[[ Input, beginning ]]
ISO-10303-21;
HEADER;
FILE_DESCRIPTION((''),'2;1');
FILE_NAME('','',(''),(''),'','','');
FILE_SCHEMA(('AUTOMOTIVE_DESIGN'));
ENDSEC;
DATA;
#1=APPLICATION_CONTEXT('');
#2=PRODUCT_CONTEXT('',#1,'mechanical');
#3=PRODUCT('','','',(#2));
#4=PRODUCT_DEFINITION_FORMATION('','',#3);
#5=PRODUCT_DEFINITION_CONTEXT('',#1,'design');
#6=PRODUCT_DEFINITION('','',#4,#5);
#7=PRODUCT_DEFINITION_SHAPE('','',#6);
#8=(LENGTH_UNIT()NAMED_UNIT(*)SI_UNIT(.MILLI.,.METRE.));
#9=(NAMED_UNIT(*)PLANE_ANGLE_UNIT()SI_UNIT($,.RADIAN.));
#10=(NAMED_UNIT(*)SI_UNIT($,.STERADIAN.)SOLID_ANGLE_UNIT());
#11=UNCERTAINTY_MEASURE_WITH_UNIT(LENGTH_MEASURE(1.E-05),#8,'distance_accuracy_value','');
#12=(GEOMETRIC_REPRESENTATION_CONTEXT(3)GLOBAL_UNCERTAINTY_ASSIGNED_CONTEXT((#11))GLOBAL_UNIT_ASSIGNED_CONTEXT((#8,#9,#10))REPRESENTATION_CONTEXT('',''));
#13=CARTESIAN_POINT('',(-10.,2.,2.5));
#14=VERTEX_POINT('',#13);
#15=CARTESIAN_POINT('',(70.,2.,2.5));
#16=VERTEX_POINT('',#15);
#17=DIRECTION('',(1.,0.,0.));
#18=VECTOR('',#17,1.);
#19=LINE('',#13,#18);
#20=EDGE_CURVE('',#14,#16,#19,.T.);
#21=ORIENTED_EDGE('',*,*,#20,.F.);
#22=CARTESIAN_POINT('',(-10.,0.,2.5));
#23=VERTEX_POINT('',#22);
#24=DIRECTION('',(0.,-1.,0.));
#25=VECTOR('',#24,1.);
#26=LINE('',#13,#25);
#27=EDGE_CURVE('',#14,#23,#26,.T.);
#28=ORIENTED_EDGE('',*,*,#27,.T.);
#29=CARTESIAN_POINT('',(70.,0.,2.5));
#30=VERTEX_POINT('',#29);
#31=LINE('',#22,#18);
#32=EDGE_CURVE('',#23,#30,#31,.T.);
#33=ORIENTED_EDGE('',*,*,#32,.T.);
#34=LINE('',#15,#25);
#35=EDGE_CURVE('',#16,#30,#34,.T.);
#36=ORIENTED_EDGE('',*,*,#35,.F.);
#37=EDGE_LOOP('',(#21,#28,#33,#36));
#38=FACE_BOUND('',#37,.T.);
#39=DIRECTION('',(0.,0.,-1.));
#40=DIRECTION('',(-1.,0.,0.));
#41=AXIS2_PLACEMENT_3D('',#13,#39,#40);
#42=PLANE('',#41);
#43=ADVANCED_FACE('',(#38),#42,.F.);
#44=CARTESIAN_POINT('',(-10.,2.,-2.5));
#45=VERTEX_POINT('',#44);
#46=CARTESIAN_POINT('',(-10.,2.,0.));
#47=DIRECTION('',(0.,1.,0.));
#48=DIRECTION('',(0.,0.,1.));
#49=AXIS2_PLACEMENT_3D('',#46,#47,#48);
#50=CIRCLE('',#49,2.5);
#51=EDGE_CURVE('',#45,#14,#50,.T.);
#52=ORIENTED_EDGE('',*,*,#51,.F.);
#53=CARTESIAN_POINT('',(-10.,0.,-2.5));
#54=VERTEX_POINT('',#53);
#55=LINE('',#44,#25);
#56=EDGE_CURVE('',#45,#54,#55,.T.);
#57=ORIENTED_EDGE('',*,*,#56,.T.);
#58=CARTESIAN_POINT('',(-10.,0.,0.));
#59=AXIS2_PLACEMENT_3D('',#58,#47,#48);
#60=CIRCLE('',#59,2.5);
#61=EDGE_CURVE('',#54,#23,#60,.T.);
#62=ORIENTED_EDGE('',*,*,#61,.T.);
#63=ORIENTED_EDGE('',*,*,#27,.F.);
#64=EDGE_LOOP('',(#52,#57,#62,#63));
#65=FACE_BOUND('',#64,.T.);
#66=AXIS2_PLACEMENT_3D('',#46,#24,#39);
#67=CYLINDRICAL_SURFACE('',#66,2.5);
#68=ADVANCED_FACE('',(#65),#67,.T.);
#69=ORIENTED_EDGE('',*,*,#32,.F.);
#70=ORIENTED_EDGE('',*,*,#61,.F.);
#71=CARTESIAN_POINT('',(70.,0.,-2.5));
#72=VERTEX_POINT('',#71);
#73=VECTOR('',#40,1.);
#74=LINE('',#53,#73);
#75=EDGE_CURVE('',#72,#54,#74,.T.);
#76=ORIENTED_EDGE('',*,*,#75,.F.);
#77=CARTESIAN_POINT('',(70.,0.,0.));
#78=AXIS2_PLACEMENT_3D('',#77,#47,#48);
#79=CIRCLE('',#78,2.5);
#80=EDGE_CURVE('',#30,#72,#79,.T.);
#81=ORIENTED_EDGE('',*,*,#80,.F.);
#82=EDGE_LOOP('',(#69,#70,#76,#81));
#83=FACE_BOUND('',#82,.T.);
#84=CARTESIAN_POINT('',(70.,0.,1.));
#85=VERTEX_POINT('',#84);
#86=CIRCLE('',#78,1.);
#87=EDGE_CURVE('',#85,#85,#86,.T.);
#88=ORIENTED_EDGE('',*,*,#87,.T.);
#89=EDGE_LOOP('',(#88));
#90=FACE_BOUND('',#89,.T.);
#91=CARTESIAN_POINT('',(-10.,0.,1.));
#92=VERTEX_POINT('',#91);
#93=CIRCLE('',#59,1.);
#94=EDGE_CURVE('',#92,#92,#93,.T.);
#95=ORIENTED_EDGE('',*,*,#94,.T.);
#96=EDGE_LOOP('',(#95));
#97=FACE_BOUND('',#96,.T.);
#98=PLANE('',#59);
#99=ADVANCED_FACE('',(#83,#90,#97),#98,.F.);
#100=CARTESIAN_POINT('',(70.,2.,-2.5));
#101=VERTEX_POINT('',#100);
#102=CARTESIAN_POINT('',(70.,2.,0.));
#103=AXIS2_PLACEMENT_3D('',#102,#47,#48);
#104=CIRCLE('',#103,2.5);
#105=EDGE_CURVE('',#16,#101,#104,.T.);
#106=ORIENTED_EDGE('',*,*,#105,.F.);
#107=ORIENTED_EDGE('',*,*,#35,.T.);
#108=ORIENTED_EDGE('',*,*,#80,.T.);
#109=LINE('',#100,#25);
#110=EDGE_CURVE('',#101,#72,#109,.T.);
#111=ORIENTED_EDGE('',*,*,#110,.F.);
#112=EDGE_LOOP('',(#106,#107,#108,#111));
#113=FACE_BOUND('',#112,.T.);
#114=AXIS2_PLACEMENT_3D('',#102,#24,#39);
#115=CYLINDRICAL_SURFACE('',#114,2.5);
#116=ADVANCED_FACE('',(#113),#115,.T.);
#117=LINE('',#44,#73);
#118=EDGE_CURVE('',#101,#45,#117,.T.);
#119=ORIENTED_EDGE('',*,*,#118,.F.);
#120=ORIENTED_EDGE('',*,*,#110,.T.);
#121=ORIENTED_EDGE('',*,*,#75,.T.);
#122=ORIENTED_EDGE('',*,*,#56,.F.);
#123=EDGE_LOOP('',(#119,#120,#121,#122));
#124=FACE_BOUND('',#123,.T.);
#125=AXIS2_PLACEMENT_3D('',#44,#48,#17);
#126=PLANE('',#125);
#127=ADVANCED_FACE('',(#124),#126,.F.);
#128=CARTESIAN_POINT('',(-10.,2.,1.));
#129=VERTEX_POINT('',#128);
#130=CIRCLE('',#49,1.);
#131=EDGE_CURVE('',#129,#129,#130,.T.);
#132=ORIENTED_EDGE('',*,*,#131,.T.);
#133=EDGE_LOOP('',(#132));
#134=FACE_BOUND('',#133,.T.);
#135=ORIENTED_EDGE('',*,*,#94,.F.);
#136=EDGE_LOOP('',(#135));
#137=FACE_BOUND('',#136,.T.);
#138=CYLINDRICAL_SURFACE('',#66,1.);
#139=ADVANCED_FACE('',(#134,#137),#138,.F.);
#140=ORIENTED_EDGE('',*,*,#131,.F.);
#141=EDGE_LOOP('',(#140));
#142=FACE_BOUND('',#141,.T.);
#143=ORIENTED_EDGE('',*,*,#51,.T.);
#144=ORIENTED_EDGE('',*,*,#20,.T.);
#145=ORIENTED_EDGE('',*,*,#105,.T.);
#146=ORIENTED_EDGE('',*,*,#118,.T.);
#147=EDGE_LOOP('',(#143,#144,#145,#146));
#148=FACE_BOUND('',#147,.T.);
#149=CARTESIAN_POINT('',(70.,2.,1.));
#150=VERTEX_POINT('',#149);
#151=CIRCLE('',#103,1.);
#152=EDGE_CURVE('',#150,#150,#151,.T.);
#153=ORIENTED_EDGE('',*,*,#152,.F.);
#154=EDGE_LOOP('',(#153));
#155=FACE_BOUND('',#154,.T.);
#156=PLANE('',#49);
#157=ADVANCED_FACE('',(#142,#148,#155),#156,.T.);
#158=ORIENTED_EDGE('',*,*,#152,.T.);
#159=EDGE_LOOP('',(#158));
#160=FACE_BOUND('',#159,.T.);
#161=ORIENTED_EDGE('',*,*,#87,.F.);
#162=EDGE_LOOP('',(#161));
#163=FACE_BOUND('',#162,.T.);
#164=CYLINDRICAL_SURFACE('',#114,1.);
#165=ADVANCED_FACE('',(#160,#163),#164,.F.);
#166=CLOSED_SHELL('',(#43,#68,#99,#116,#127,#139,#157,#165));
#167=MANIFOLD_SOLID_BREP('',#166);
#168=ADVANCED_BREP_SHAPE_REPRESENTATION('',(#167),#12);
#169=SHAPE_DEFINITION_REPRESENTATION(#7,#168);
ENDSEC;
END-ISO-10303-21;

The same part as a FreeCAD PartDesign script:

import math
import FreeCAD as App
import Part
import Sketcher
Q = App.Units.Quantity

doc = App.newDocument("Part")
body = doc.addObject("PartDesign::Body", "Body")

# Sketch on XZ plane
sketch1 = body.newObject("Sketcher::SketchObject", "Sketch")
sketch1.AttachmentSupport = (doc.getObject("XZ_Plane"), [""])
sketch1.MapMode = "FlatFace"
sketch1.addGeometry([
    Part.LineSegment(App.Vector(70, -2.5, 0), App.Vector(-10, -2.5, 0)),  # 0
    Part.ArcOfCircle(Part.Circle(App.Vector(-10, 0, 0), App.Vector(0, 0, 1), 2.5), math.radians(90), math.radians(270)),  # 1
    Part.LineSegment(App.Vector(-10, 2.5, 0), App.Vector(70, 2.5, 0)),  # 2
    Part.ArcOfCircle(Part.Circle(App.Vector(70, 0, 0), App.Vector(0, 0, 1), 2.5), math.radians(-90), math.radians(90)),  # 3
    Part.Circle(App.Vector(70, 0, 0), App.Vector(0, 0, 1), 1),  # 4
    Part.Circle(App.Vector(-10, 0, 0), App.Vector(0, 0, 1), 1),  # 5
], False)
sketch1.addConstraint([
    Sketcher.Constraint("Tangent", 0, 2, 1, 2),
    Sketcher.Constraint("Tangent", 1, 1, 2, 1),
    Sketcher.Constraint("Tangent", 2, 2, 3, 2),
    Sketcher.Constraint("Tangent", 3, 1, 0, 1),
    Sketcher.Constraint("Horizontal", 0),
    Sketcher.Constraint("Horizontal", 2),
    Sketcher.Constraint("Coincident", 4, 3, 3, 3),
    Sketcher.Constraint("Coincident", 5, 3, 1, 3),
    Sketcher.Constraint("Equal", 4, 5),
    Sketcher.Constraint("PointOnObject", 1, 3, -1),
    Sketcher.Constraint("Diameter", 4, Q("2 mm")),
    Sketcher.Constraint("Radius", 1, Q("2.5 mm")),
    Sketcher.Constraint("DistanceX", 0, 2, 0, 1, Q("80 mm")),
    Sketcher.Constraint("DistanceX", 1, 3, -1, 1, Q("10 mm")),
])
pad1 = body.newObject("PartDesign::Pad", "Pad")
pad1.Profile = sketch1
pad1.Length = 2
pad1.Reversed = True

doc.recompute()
[[ Input, end ]]
[[ Input, beginning ]]
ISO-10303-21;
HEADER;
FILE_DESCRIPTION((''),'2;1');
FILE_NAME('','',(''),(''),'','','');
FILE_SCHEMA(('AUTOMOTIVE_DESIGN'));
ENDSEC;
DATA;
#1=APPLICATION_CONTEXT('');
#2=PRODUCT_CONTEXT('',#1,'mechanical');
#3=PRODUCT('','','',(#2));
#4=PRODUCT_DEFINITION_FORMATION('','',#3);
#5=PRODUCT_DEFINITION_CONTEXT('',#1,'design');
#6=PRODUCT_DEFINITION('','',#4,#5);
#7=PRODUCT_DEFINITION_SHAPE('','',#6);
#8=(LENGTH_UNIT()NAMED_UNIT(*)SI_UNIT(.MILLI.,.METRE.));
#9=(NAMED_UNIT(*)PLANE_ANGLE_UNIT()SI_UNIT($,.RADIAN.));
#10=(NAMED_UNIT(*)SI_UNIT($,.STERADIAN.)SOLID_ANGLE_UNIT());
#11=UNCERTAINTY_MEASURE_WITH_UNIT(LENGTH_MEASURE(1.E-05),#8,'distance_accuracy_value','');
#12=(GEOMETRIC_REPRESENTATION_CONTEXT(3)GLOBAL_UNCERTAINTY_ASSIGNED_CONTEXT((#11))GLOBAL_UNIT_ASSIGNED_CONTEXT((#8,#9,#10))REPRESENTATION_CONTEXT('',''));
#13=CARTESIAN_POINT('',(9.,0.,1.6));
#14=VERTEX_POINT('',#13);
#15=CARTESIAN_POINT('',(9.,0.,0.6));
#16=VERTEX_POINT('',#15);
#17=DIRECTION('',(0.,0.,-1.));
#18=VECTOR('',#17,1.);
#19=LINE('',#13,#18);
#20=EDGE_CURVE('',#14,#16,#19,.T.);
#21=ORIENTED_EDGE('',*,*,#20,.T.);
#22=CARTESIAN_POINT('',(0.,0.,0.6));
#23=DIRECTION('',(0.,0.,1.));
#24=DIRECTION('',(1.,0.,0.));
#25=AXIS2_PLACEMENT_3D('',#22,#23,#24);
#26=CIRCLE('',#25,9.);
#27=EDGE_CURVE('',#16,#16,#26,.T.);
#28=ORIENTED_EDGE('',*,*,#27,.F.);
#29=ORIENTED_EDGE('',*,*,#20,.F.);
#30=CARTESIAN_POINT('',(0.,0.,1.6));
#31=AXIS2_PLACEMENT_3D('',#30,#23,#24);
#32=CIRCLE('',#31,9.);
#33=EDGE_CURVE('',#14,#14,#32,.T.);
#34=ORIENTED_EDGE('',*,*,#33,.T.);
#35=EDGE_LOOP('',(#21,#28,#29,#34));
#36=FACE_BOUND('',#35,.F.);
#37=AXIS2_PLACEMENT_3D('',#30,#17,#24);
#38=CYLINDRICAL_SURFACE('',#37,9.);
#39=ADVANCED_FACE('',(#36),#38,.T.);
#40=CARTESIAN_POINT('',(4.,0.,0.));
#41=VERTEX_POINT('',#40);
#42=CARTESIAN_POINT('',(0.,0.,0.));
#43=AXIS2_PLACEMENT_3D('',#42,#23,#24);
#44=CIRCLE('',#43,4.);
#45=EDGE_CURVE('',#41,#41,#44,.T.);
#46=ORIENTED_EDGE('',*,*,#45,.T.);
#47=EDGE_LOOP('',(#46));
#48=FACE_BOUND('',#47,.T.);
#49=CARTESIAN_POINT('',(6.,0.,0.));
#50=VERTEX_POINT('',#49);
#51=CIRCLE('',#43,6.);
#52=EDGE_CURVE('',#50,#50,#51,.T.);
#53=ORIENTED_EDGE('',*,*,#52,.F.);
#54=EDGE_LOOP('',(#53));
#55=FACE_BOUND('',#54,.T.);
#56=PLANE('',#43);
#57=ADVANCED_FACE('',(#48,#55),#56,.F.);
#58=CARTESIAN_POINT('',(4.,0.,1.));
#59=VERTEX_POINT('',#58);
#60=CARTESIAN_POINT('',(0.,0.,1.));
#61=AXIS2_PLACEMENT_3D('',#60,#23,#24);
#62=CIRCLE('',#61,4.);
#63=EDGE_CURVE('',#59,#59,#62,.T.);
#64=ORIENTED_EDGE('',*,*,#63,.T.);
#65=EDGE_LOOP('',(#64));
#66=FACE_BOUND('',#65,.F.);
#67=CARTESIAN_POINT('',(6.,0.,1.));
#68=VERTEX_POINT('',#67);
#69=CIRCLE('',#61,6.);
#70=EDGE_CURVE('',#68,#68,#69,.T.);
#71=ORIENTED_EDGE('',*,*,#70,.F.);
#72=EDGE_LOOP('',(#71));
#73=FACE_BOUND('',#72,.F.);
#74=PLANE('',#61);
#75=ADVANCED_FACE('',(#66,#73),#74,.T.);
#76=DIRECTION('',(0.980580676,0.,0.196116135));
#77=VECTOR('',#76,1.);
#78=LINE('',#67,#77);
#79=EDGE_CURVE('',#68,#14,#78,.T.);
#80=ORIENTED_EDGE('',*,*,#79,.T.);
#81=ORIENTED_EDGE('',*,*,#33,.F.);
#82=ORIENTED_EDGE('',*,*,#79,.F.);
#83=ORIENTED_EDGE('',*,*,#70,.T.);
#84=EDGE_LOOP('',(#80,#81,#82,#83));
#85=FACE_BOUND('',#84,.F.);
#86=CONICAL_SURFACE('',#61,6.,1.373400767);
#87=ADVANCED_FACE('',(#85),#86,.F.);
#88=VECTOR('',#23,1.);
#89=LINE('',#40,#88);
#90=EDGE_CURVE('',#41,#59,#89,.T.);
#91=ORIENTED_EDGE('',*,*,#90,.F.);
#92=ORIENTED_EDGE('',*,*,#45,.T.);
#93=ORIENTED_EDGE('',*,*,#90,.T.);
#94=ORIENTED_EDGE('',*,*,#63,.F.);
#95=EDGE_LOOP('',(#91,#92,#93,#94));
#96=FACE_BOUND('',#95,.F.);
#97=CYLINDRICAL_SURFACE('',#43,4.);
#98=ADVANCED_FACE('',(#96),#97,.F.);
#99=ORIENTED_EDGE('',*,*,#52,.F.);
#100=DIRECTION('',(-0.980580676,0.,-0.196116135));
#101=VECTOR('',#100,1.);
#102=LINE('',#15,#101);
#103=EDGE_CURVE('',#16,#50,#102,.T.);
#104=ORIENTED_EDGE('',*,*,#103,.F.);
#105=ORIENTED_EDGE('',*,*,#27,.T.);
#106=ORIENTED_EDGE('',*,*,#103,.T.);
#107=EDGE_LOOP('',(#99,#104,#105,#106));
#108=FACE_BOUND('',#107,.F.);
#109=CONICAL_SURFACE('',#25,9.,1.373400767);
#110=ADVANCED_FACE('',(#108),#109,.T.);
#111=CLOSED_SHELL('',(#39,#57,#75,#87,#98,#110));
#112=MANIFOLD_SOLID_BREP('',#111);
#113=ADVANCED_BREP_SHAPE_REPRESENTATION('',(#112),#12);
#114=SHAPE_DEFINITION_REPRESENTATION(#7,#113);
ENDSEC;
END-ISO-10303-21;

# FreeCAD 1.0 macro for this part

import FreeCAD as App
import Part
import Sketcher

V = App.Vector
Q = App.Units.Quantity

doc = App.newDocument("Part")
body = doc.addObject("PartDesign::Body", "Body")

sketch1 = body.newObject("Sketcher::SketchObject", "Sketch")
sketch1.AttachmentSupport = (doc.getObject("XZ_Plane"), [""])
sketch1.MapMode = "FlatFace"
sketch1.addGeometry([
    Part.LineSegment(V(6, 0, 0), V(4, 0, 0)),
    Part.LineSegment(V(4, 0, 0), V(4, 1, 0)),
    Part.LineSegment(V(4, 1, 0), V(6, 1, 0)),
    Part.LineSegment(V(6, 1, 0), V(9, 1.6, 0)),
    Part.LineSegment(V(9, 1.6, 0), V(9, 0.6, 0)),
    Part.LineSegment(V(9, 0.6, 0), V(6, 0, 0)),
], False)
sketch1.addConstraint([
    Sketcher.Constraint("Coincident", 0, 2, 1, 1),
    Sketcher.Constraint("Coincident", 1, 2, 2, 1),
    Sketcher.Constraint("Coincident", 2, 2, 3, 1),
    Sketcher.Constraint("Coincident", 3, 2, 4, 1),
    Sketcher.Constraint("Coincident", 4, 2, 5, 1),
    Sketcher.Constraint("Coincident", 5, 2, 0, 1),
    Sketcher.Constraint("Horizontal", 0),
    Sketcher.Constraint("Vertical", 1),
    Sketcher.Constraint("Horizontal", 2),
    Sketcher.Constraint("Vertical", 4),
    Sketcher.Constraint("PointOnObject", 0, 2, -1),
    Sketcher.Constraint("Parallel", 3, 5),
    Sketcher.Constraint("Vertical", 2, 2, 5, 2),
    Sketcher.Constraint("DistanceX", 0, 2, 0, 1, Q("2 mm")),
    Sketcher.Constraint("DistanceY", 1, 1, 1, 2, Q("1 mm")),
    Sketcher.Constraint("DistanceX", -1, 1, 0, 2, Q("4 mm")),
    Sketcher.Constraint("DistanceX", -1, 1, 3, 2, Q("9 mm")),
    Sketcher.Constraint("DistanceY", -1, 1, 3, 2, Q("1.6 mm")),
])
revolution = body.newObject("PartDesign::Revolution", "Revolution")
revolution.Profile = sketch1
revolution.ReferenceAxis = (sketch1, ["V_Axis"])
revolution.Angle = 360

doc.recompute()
[[ Input, end ]]
Assigned task: What you give back should be exactly the lines of the data above from the line with "#69=ORIENTED_EDGE('',*,*,#32,.F.);" through the line with "#84=CARTESIAN_POINT('',(70.,0.,1.));", both of those included, and nothing more.

Reply to the exercise:
#69=ORIENTED_EDGE('',*,*,#32,.F.);
#70=ORIENTED_EDGE('',*,*,#61,.F.);
#71=CARTESIAN_POINT('',(70.,0.,-2.5));
#72=VERTEX_POINT('',#71);
#73=VECTOR('',#40,1.);
#74=LINE('',#53,#73);
#75=EDGE_CURVE('',#72,#54,#74,.T.);
#76=ORIENTED_EDGE('',*,*,#75,.F.);
#77=CARTESIAN_POINT('',(70.,0.,0.));
#78=AXIS2_PLACEMENT_3D('',#77,#47,#48);
#79=CIRCLE('',#78,2.5);
#80=EDGE_CURVE('',#30,#72,#79,.T.);
#81=ORIENTED_EDGE('',*,*,#80,.F.);
#82=EDGE_LOOP('',(#69,#70,#76,#81));
#83=FACE_BOUND('',#82,.T.);
#84=CARTESIAN_POINT('',(70.,0.,1.));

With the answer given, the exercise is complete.